[[ DATASET RECORDS open ]]
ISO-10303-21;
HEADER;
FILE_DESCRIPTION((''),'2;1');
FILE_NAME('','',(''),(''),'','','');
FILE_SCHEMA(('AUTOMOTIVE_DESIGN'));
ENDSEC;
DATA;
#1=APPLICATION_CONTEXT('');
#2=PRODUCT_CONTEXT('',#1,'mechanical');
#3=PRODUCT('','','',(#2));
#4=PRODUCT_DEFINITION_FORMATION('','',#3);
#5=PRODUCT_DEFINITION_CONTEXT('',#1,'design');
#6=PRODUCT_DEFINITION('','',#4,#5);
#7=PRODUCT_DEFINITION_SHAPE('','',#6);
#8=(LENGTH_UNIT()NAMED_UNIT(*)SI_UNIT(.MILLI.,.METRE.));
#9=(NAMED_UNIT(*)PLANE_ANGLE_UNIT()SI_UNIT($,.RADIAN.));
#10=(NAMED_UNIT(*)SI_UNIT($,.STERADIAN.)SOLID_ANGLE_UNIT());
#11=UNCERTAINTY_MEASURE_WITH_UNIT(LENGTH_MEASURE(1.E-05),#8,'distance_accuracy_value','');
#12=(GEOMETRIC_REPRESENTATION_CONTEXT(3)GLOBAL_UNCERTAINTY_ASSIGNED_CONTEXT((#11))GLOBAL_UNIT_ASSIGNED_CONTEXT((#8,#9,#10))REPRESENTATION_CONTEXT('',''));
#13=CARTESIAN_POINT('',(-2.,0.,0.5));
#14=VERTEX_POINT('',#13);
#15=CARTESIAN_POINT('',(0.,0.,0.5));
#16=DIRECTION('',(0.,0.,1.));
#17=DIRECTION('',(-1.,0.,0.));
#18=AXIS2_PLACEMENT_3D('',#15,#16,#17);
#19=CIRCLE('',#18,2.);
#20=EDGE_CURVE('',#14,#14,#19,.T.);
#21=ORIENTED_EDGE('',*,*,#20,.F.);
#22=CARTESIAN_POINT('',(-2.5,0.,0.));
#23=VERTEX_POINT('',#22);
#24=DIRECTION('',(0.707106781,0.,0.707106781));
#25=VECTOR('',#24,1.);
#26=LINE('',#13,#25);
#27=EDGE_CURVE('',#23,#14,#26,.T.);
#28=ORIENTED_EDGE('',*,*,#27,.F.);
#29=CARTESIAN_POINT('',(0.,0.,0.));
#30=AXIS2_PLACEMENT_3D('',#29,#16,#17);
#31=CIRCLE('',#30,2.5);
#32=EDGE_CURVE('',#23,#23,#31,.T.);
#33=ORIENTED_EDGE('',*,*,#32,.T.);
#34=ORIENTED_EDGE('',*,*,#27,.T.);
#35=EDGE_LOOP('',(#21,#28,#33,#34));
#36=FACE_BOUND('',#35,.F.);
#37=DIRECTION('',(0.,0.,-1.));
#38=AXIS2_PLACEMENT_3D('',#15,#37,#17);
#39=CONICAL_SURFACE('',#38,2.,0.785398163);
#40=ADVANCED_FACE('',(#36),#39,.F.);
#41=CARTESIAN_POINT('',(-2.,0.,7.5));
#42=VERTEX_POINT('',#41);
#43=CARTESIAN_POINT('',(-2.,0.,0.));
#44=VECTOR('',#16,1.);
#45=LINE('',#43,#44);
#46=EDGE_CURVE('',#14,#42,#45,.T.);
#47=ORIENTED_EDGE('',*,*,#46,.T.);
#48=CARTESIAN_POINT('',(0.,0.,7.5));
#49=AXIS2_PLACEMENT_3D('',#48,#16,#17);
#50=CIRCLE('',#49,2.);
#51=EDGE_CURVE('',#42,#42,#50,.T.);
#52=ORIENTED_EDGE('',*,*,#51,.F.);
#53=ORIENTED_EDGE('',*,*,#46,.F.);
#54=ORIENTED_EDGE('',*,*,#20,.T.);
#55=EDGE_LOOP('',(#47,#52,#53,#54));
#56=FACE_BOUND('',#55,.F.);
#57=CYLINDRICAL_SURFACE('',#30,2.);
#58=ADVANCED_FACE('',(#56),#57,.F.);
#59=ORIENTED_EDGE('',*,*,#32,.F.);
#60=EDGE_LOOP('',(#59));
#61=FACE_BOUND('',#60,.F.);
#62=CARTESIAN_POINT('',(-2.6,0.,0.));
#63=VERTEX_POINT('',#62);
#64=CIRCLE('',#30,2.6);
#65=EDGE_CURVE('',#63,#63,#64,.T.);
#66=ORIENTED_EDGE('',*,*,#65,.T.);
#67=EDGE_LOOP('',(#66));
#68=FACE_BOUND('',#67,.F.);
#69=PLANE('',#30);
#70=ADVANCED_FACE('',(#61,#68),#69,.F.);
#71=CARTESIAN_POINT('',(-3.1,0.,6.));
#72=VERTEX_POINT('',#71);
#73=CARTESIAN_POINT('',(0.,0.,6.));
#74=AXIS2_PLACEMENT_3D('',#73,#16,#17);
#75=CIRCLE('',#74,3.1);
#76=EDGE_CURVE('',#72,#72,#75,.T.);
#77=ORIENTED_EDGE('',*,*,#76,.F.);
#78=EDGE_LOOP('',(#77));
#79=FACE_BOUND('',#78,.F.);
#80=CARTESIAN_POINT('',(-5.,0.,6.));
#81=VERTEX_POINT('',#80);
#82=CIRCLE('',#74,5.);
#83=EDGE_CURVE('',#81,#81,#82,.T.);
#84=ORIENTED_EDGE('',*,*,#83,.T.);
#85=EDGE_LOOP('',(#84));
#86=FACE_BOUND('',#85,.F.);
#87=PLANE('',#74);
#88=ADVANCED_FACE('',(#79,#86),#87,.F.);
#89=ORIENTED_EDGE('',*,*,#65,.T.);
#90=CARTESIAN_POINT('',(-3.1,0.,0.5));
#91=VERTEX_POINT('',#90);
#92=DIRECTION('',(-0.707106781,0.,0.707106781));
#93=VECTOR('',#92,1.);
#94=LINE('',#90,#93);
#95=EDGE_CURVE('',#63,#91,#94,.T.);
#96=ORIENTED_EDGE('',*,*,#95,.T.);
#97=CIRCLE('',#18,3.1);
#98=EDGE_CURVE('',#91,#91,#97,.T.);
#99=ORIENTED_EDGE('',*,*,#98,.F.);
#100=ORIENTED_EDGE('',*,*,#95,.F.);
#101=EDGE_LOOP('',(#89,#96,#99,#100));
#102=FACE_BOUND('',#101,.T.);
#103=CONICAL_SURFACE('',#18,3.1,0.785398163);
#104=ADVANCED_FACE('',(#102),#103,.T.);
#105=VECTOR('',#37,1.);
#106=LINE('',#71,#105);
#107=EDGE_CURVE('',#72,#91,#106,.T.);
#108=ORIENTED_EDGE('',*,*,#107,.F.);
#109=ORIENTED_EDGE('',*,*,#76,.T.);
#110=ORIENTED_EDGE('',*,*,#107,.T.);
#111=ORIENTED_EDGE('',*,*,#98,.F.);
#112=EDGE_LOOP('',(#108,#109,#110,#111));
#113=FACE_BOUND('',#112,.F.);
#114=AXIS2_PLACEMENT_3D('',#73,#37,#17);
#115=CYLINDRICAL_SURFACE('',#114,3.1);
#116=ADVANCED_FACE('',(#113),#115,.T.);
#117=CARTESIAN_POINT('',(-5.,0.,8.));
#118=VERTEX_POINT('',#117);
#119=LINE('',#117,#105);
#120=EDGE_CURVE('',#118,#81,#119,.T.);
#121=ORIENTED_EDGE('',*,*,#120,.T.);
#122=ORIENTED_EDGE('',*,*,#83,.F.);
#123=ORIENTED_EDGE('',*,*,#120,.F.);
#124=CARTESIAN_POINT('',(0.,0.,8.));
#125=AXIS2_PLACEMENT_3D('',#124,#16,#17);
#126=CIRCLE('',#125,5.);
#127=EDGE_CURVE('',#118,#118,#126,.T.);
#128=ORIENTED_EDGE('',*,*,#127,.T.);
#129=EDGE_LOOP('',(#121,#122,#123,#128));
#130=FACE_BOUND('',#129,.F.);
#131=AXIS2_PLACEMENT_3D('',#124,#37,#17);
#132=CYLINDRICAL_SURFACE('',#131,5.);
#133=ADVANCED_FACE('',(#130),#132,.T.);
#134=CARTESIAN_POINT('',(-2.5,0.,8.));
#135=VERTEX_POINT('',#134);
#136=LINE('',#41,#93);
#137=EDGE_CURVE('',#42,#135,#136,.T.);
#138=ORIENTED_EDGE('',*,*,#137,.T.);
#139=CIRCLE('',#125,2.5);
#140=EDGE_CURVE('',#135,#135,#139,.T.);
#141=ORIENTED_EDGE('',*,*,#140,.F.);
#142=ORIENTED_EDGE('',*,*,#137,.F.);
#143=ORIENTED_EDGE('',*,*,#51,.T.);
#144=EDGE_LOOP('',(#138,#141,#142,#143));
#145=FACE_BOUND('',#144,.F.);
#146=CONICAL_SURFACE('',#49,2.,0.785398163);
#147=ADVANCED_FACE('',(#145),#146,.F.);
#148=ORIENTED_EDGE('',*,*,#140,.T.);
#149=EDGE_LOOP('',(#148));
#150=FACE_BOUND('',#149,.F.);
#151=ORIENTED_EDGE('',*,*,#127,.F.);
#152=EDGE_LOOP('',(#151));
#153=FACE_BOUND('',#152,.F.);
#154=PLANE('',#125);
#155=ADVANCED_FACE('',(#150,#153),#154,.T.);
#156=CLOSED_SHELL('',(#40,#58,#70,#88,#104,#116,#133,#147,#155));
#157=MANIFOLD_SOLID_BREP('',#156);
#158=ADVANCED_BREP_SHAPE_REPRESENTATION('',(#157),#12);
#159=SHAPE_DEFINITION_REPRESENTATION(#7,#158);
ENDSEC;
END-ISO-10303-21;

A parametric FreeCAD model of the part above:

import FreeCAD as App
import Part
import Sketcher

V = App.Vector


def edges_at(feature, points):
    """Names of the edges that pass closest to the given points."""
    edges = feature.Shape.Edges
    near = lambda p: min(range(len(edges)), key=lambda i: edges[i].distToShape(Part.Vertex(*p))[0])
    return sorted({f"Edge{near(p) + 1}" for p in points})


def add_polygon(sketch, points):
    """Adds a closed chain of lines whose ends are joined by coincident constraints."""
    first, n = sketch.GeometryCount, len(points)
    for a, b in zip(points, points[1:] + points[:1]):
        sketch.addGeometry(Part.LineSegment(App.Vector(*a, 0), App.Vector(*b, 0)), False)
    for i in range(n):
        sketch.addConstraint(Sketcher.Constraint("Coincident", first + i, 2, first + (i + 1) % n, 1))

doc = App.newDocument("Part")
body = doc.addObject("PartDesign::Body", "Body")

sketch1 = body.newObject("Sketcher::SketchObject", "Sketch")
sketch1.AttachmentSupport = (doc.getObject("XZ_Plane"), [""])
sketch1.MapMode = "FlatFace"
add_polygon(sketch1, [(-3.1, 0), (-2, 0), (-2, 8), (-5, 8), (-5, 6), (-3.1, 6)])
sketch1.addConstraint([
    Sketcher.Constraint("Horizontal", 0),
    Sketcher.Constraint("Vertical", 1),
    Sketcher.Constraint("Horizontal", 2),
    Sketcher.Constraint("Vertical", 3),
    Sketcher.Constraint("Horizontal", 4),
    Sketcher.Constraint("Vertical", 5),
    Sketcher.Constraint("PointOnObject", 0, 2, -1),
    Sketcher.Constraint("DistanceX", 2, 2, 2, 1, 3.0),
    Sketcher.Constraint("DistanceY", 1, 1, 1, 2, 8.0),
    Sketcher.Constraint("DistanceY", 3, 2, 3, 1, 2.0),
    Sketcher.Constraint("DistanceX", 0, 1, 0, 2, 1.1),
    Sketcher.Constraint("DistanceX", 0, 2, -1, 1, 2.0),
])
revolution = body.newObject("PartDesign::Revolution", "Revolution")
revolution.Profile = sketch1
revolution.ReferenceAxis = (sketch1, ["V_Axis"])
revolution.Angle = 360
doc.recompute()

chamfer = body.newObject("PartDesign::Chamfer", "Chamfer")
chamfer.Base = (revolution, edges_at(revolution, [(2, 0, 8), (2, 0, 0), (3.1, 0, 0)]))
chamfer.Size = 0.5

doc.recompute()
[[ DATASET RECORDS closed ]]
TO DO: Your answer should consist of the lines from the line with "#64=CIRCLE('',#30,2.6);" to the line with "#130=FACE_BOUND('',#129,.F.);" above, repeated exactly, both ends included.

ANSWER TO THIS PROBLEM:
#64=CIRCLE('',#30,2.6);
#65=EDGE_CURVE('',#63,#63,#64,.T.);
#66=ORIENTED_EDGE('',*,*,#65,.T.);
#67=EDGE_LOOP('',(#66));
#68=FACE_BOUND('',#67,.F.);
#69=PLANE('',#30);
#70=ADVANCED_FACE('',(#61,#68),#69,.F.);
#71=CARTESIAN_POINT('',(-3.1,0.,6.));
#72=VERTEX_POINT('',#71);
#73=CARTESIAN_POINT('',(0.,0.,6.));
#74=AXIS2_PLACEMENT_3D('',#73,#16,#17);
#75=CIRCLE('',#74,3.1);
#76=EDGE_CURVE('',#72,#72,#75,.T.);
#77=ORIENTED_EDGE('',*,*,#76,.F.);
#78=EDGE_LOOP('',(#77));
#79=FACE_BOUND('',#78,.F.);
#80=CARTESIAN_POINT('',(-5.,0.,6.));
#81=VERTEX_POINT('',#80);
#82=CIRCLE('',#74,5.);
#83=EDGE_CURVE('',#81,#81,#82,.T.);
#84=ORIENTED_EDGE('',*,*,#83,.T.);
#85=EDGE_LOOP('',(#84));
#86=FACE_BOUND('',#85,.F.);
#87=PLANE('',#74);
#88=ADVANCED_FACE('',(#79,#86),#87,.F.);
#89=ORIENTED_EDGE('',*,*,#65,.T.);
#90=CARTESIAN_POINT('',(-3.1,0.,0.5));
#91=VERTEX_POINT('',#90);
#92=DIRECTION('',(-0.707106781,0.,0.707106781));
#93=VECTOR('',#92,1.);
#94=LINE('',#90,#93);
#95=EDGE_CURVE('',#63,#91,#94,.T.);
#96=ORIENTED_EDGE('',*,*,#95,.T.);
#97=CIRCLE('',#18,3.1);
#98=EDGE_CURVE('',#91,#91,#97,.T.);
#99=ORIENTED_EDGE('',*,*,#98,.F.);
#100=ORIENTED_EDGE('',*,*,#95,.F.);
#101=EDGE_LOOP('',(#89,#96,#99,#100));
#102=FACE_BOUND('',#101,.T.);
#103=CONICAL_SURFACE('',#18,3.1,0.785398163);
#104=ADVANCED_FACE('',(#102),#103,.T.);
#105=VECTOR('',#37,1.);
#106=LINE('',#71,#105);
#107=EDGE_CURVE('',#72,#91,#106,.T.);
#108=ORIENTED_EDGE('',*,*,#107,.F.);
#109=ORIENTED_EDGE('',*,*,#76,.T.);
#110=ORIENTED_EDGE('',*,*,#107,.T.);
#111=ORIENTED_EDGE('',*,*,#98,.F.);
#112=EDGE_LOOP('',(#108,#109,#110,#111));
#113=FACE_BOUND('',#112,.F.);
#114=AXIS2_PLACEMENT_3D('',#73,#37,#17);
#115=CYLINDRICAL_SURFACE('',#114,3.1);
#116=ADVANCED_FACE('',(#113),#115,.T.);
#117=CARTESIAN_POINT('',(-5.,0.,8.));
#118=VERTEX_POINT('',#117);
#119=LINE('',#117,#105);
#120=EDGE_CURVE('',#118,#81,#119,.T.);
#121=ORIENTED_EDGE('',*,*,#120,.T.);
#122=ORIENTED_EDGE('',*,*,#83,.F.);
#123=ORIENTED_EDGE('',*,*,#120,.F.);
#124=CARTESIAN_POINT('',(0.,0.,8.));
#125=AXIS2_PLACEMENT_3D('',#124,#16,#17);
#126=CIRCLE('',#125,5.);
#127=EDGE_CURVE('',#118,#118,#126,.T.);
#128=ORIENTED_EDGE('',*,*,#127,.T.);
#129=EDGE_LOOP('',(#121,#122,#123,#128));
#130=FACE_BOUND('',#129,.F.);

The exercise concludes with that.